▸ TASK REQUIREMENTS:
Print the data below exactly, but only the lines from the one containing "#1=APPLICATION_CONTEXT('');" down to the one containing "#26=CIRCLE('',#18,9.558968);", inclusive.
· · · ·
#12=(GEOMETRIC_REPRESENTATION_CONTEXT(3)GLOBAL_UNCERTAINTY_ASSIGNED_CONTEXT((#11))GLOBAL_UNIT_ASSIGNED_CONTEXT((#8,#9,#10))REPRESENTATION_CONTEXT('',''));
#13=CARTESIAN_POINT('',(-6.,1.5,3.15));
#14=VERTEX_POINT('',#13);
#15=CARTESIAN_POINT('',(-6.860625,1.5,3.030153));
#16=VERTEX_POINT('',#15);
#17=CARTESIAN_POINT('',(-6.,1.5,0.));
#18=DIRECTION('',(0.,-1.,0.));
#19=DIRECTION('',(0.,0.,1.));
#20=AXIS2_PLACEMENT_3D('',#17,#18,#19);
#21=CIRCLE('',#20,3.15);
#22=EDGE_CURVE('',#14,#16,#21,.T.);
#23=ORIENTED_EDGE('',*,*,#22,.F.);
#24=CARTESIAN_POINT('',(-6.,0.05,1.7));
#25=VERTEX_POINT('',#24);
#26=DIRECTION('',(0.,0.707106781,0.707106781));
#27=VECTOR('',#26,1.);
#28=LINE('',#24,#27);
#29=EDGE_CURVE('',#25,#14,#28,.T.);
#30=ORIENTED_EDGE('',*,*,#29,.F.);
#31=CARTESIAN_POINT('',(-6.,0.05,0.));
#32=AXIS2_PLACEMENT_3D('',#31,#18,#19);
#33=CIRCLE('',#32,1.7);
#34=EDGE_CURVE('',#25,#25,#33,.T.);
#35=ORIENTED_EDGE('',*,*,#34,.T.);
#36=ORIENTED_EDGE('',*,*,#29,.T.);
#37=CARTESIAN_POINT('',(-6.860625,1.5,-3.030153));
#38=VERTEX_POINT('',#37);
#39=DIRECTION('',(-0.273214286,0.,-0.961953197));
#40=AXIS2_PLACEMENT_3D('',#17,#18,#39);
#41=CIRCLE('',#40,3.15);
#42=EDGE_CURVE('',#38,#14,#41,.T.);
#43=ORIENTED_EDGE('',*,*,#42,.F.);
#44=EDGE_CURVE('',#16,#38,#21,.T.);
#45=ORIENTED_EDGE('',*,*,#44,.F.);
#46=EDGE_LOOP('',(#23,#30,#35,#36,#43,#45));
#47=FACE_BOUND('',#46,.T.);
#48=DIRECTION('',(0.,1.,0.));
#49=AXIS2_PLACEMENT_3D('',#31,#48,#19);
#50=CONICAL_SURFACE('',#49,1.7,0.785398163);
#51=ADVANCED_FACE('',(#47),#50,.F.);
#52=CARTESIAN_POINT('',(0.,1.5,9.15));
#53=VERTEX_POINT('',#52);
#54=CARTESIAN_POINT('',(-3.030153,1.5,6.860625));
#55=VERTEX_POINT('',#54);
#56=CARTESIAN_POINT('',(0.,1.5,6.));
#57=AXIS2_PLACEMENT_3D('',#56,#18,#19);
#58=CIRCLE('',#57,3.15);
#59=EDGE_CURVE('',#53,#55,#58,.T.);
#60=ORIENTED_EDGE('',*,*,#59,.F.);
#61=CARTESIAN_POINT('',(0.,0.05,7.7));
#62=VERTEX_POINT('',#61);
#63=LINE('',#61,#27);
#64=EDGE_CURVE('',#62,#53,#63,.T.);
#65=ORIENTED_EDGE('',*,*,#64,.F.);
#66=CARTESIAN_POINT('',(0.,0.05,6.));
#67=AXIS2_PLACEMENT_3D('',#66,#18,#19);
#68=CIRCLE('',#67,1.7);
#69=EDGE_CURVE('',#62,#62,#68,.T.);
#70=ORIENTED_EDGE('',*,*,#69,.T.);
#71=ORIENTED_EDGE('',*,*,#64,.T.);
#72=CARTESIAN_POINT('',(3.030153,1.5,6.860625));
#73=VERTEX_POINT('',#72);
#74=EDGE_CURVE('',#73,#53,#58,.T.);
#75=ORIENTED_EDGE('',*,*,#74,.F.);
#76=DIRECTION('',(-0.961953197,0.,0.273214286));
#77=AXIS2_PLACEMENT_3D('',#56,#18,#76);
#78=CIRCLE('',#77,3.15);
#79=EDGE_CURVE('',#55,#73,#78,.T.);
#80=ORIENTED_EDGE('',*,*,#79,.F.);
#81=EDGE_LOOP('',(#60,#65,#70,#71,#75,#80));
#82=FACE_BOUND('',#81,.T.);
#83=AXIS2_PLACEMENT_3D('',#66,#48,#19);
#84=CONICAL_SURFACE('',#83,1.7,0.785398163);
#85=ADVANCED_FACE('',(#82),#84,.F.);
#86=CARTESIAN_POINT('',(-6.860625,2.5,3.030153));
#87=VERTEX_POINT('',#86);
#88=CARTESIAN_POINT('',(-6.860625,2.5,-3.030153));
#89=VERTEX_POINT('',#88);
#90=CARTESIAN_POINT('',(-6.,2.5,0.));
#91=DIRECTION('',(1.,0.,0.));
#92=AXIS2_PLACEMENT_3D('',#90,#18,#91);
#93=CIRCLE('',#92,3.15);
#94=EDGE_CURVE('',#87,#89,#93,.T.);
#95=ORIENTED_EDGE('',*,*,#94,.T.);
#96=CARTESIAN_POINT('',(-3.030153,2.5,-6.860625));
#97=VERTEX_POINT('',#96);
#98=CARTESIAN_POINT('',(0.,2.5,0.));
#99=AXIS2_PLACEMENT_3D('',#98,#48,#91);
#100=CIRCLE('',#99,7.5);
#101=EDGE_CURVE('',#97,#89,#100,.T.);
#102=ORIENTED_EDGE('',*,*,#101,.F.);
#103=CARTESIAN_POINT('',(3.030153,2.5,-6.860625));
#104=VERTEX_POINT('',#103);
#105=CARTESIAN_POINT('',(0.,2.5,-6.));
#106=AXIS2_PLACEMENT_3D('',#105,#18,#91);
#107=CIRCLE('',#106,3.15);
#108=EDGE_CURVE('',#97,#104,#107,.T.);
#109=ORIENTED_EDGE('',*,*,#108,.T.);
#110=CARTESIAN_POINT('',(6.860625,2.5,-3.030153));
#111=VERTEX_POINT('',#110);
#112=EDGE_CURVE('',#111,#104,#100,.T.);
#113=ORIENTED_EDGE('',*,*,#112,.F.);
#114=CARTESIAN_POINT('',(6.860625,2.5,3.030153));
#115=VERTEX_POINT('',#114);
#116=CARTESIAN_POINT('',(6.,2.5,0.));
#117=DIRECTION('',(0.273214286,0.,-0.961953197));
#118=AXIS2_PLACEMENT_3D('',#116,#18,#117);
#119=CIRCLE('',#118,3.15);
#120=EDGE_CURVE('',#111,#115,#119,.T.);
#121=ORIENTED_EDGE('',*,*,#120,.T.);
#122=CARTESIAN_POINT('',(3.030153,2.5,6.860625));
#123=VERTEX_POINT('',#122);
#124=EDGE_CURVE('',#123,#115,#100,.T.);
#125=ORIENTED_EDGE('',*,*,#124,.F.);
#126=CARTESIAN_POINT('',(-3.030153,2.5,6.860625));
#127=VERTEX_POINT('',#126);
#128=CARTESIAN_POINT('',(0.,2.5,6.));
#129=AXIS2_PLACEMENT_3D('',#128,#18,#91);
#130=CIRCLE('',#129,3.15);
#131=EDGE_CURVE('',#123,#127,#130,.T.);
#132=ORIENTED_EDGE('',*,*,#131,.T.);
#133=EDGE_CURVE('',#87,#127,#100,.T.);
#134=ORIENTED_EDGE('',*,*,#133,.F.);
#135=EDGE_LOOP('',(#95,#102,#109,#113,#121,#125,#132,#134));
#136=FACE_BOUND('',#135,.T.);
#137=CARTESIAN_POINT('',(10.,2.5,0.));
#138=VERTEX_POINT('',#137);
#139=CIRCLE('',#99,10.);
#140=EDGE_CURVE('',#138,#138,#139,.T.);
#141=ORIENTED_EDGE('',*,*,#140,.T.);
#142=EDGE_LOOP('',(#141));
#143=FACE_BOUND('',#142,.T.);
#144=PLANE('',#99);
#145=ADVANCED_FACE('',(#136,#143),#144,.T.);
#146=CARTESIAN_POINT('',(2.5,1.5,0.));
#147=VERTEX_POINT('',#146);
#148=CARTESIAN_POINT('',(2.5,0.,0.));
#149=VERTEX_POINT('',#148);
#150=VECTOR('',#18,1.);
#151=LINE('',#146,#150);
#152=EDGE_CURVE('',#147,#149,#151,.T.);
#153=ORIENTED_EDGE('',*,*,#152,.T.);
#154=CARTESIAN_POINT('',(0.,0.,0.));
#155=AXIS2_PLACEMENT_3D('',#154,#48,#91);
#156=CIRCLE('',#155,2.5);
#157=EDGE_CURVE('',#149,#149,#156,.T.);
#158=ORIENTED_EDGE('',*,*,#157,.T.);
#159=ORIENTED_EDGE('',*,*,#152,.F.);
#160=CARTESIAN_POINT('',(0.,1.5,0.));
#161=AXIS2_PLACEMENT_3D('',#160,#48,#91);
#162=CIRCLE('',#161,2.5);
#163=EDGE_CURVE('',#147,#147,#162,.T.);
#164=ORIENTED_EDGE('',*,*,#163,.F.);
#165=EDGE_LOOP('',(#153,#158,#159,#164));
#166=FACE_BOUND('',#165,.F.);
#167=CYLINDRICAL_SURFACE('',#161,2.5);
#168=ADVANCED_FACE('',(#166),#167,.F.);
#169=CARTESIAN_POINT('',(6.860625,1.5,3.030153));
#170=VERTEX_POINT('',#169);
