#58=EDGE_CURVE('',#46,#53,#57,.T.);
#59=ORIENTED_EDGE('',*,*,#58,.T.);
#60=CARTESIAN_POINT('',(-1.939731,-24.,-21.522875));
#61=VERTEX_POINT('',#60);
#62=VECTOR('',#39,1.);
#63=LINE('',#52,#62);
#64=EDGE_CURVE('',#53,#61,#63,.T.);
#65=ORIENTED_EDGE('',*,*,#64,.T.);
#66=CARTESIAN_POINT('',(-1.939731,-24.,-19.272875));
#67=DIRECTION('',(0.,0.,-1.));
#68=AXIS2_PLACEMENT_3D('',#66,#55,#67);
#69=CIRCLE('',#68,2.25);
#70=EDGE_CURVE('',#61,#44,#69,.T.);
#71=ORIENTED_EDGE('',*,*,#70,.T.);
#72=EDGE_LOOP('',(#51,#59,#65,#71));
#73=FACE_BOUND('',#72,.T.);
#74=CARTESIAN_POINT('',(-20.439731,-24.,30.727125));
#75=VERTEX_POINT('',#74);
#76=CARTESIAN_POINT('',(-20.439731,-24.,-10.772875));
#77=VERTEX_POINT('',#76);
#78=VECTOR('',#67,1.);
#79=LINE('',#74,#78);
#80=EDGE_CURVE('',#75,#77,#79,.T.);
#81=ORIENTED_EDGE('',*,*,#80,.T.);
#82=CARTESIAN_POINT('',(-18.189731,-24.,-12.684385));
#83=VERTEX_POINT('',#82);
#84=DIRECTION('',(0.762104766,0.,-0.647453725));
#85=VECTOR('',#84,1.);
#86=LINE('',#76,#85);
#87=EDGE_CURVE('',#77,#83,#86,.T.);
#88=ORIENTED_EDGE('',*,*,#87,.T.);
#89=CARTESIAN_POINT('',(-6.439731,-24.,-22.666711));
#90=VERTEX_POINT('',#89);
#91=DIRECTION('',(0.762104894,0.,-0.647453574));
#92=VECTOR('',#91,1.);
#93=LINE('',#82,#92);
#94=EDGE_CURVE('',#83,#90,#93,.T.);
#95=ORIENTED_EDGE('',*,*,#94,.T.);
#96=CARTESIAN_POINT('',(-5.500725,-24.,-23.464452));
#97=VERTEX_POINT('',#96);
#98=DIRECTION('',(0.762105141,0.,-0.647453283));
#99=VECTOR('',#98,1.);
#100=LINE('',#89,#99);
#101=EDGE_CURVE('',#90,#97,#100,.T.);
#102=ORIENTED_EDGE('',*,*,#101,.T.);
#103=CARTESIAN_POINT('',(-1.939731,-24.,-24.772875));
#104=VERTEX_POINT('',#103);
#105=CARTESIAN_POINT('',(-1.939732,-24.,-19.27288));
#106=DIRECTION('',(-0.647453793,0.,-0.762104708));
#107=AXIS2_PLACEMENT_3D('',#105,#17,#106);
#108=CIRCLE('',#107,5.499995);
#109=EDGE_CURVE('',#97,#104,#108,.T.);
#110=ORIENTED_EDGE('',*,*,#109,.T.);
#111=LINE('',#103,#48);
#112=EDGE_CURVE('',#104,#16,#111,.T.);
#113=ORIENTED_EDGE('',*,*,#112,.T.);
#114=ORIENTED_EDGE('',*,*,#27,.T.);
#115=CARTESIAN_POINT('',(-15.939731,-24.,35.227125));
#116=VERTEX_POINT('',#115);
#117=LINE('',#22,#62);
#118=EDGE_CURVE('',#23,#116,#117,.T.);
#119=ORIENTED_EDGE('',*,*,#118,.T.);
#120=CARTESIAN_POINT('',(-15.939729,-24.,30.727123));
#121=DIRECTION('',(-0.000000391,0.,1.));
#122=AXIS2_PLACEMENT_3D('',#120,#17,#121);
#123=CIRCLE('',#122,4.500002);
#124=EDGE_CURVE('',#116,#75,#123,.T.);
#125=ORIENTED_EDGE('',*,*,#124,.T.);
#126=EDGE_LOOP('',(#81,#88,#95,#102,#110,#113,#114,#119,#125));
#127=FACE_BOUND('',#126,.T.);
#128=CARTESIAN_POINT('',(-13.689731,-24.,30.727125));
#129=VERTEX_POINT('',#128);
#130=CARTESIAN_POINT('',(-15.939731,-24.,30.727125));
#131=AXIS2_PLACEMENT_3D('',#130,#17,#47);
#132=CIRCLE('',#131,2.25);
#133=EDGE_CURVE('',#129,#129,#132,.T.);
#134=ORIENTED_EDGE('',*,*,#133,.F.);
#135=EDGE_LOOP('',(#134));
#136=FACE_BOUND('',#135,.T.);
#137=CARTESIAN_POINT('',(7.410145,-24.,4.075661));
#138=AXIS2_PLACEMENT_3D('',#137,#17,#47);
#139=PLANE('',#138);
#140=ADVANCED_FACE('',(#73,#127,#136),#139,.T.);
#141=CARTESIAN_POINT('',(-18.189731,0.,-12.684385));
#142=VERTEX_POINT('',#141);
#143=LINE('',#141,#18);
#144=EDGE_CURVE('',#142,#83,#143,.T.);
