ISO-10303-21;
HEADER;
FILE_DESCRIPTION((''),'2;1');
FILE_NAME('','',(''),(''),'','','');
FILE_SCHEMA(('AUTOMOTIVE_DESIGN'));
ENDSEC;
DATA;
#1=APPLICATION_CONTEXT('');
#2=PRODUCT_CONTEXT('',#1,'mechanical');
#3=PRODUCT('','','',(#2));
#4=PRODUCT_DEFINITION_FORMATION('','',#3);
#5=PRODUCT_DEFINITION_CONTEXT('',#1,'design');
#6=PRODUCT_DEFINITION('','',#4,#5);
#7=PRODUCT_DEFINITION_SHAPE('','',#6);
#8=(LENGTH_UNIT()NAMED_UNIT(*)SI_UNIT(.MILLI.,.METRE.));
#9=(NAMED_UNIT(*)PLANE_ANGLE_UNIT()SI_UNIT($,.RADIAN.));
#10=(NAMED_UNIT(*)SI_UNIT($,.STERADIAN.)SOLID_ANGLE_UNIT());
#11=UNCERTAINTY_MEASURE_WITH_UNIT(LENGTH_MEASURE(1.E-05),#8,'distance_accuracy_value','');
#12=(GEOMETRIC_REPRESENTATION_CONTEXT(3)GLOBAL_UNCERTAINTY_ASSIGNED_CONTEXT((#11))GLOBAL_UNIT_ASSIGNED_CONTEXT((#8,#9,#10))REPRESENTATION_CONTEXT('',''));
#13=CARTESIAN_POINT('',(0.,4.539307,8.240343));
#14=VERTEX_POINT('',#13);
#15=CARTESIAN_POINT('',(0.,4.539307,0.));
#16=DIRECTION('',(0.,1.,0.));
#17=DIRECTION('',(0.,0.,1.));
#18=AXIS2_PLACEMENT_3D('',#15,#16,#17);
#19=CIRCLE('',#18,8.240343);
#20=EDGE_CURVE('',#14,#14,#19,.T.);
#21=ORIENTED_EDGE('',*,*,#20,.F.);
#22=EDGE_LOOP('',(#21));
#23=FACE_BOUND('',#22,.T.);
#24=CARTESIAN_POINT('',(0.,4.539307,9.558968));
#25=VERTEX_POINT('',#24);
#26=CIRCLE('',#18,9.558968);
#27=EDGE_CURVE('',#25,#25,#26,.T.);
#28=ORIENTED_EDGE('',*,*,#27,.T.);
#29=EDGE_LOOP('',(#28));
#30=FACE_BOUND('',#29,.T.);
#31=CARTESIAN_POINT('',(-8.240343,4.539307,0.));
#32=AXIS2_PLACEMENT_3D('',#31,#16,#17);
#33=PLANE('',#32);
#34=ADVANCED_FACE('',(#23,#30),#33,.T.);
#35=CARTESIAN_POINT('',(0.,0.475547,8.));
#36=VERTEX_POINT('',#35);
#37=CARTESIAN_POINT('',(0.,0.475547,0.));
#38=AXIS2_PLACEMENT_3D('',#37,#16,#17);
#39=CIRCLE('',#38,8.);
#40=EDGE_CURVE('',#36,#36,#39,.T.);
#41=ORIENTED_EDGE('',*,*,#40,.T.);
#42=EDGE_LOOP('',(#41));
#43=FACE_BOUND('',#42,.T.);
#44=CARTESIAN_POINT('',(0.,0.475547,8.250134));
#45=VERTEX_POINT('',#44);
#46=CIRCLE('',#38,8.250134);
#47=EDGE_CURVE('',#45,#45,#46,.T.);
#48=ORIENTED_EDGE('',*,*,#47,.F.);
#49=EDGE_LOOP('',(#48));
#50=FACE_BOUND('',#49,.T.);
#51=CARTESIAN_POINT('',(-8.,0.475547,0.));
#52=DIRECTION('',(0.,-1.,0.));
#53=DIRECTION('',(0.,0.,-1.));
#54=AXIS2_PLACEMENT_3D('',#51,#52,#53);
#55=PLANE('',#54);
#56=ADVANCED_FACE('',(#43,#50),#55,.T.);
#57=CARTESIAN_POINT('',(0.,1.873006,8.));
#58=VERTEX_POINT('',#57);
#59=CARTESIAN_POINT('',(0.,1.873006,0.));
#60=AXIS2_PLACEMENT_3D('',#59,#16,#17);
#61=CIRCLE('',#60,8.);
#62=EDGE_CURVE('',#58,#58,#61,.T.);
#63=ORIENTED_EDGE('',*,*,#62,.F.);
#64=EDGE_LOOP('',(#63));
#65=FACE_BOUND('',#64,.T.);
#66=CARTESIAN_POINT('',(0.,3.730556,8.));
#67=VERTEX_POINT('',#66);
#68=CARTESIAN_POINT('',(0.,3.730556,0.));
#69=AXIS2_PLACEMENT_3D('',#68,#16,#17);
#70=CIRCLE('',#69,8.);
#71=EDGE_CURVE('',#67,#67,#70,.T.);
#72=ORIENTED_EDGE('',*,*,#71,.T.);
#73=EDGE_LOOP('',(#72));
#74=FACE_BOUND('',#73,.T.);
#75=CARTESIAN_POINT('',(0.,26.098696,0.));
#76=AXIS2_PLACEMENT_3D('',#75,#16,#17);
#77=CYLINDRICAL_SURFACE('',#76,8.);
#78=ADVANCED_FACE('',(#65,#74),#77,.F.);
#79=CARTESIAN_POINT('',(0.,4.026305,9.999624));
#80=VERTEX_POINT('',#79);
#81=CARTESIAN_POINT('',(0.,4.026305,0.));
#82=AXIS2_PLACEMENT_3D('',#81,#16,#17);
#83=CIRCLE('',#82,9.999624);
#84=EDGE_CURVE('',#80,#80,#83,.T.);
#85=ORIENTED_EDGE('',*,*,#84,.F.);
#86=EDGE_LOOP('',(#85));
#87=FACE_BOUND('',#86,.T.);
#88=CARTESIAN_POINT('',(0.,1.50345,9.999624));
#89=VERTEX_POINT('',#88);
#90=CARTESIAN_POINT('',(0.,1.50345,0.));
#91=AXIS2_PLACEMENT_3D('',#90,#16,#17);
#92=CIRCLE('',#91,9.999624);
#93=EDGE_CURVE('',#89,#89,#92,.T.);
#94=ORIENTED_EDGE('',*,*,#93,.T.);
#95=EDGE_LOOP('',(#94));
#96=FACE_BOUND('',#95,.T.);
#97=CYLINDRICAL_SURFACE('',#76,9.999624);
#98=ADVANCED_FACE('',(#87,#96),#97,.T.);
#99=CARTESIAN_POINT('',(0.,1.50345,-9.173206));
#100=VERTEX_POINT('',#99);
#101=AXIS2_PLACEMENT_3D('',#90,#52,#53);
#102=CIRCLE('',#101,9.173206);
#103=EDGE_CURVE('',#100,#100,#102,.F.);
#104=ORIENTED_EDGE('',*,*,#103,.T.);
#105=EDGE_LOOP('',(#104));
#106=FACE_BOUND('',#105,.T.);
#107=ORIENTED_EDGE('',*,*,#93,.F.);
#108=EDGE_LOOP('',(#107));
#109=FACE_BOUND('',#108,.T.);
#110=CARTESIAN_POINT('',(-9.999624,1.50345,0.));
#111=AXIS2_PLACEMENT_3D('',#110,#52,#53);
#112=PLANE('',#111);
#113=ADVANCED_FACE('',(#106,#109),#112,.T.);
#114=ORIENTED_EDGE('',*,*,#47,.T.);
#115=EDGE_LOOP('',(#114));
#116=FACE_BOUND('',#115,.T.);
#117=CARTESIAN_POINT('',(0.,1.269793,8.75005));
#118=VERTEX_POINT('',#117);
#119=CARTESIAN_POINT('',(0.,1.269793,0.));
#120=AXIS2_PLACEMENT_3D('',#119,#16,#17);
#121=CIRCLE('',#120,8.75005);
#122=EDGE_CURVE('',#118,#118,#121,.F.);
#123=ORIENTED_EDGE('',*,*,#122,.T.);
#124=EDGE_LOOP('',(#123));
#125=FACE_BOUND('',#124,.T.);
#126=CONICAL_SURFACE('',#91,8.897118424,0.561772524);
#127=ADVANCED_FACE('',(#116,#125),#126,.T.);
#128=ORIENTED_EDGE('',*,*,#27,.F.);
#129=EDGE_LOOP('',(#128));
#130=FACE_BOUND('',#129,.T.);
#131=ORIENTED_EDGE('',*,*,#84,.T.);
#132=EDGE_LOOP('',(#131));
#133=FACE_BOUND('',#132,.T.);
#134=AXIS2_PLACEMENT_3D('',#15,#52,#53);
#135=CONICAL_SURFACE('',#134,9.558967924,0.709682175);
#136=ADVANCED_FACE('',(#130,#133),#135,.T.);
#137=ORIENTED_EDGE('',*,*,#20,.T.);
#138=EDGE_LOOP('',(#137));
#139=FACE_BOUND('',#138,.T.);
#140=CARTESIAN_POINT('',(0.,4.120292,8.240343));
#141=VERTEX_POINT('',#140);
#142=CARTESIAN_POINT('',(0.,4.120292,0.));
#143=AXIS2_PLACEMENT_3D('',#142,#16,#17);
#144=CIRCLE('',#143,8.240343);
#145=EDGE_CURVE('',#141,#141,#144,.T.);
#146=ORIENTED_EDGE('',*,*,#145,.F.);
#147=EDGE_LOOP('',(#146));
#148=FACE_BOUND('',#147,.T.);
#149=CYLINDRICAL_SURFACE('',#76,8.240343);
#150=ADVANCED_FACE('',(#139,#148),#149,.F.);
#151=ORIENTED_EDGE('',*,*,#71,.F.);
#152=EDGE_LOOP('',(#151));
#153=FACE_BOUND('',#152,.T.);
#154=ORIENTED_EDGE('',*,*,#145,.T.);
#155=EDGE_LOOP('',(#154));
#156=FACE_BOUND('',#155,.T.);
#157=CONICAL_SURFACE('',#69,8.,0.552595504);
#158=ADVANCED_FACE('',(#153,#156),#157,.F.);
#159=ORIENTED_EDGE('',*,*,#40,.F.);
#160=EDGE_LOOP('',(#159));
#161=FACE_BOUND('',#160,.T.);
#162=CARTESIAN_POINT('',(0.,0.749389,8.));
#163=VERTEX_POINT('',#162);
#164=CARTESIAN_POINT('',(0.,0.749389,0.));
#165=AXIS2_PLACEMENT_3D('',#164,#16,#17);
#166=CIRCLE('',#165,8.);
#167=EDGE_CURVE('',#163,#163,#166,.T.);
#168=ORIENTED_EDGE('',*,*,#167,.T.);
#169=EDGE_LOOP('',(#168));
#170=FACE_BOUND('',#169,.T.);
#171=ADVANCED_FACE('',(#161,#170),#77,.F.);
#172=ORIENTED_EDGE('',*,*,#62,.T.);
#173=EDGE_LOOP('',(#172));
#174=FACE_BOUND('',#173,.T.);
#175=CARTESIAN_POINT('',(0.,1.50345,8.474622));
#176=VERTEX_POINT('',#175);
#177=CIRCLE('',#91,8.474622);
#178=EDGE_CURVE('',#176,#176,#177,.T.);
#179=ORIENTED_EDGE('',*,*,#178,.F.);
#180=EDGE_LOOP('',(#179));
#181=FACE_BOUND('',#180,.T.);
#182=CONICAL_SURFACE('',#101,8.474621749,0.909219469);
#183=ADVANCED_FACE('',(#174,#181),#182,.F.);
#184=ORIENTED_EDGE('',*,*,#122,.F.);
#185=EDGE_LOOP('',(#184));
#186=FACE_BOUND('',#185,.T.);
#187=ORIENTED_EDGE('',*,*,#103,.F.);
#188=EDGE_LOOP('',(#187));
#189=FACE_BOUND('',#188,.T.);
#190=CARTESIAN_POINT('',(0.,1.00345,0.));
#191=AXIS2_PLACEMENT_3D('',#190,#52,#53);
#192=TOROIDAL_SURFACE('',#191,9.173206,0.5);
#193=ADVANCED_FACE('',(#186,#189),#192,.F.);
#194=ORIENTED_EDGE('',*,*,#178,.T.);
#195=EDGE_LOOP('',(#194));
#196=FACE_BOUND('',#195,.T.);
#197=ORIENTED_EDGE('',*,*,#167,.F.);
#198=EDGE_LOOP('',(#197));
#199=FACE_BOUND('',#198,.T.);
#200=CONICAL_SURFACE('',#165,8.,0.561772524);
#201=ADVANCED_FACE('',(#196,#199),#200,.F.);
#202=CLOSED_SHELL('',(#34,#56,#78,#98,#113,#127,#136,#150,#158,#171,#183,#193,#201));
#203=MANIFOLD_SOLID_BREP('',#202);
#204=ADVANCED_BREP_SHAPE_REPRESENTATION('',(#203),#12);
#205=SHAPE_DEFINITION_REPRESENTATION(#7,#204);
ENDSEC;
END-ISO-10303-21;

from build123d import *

# Parameters (mm, degrees)
REDONDEO1_R = 0.5


with BuildPart() as part:
    # Croquis1 → Revolución1 (revolve)
    with BuildSketch(Plane.XY, mode=Mode.PRIVATE) as revoluci_n1_sk:
        Polygon((-8, 1.873006462), (-8, 3.730556499), (-8.240342635, 4.120291582), (-8.240342635, 4.539307424), (-9.558967924, 4.539307424), (-9.999624488, 4.02630535), (-9.999624488, 1.503449512), (-8.897118424, 1.503449512), (-8.250134341, 0.475546819), (-8, 0.475546819), (-8, 0.749389269), (-8.474621749, 1.503449512), align=None)
    revolve(revoluci_n1_sk.sketch.rotate(Axis((0, 26.098695966, 0), (0, -1, 0)), 270), axis=Axis((0, 26.098695966, 0), (0, -1, 0)))

    # Redondeo1
    redondeo1_edges = [part.edges().sort_by_distance(p)[0] for p in [
        (0, 1.503449512, -8.897118424),
    ]]
    fillet(redondeo1_edges, radius=REDONDEO1_R)


solid = part.part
· · · ·
▸ EXERCISE RESULT:
#1=APPLICATION_CONTEXT('');
#2=PRODUCT_CONTEXT('',#1,'mechanical');
#3=PRODUCT('','','',(#2));
#4=PRODUCT_DEFINITION_FORMATION('','',#3);
#5=PRODUCT_DEFINITION_CONTEXT('',#1,'design');
#6=PRODUCT_DEFINITION('','',#4,#5);
#7=PRODUCT_DEFINITION_SHAPE('','',#6);
#8=(LENGTH_UNIT()NAMED_UNIT(*)SI_UNIT(.MILLI.,.METRE.));
#9=(NAMED_UNIT(*)PLANE_ANGLE_UNIT()SI_UNIT($,.RADIAN.));
#10=(NAMED_UNIT(*)SI_UNIT($,.STERADIAN.)SOLID_ANGLE_UNIT());
#11=UNCERTAINTY_MEASURE_WITH_UNIT(LENGTH_MEASURE(1.E-05),#8,'distance_accuracy_value','');
#12=(GEOMETRIC_REPRESENTATION_CONTEXT(3)GLOBAL_UNCERTAINTY_ASSIGNED_CONTEXT((#11))GLOBAL_UNIT_ASSIGNED_CONTEXT((#8,#9,#10))REPRESENTATION_CONTEXT('',''));
#13=CARTESIAN_POINT('',(0.,4.539307,8.240343));
#14=VERTEX_POINT('',#13);
#15=CARTESIAN_POINT('',(0.,4.539307,0.));
#16=DIRECTION('',(0.,1.,0.));
#17=DIRECTION('',(0.,0.,1.));
#18=AXIS2_PLACEMENT_3D('',#15,#16,#17);
#19=CIRCLE('',#18,8.240343);
#20=EDGE_CURVE('',#14,#14,#19,.T.);
#21=ORIENTED_EDGE('',*,*,#20,.F.);
#22=EDGE_LOOP('',(#21));
#23=FACE_BOUND('',#22,.T.);
#24=CARTESIAN_POINT('',(0.,4.539307,9.558968));
#25=VERTEX_POINT('',#24);
#26=CIRCLE('',#18,9.558968);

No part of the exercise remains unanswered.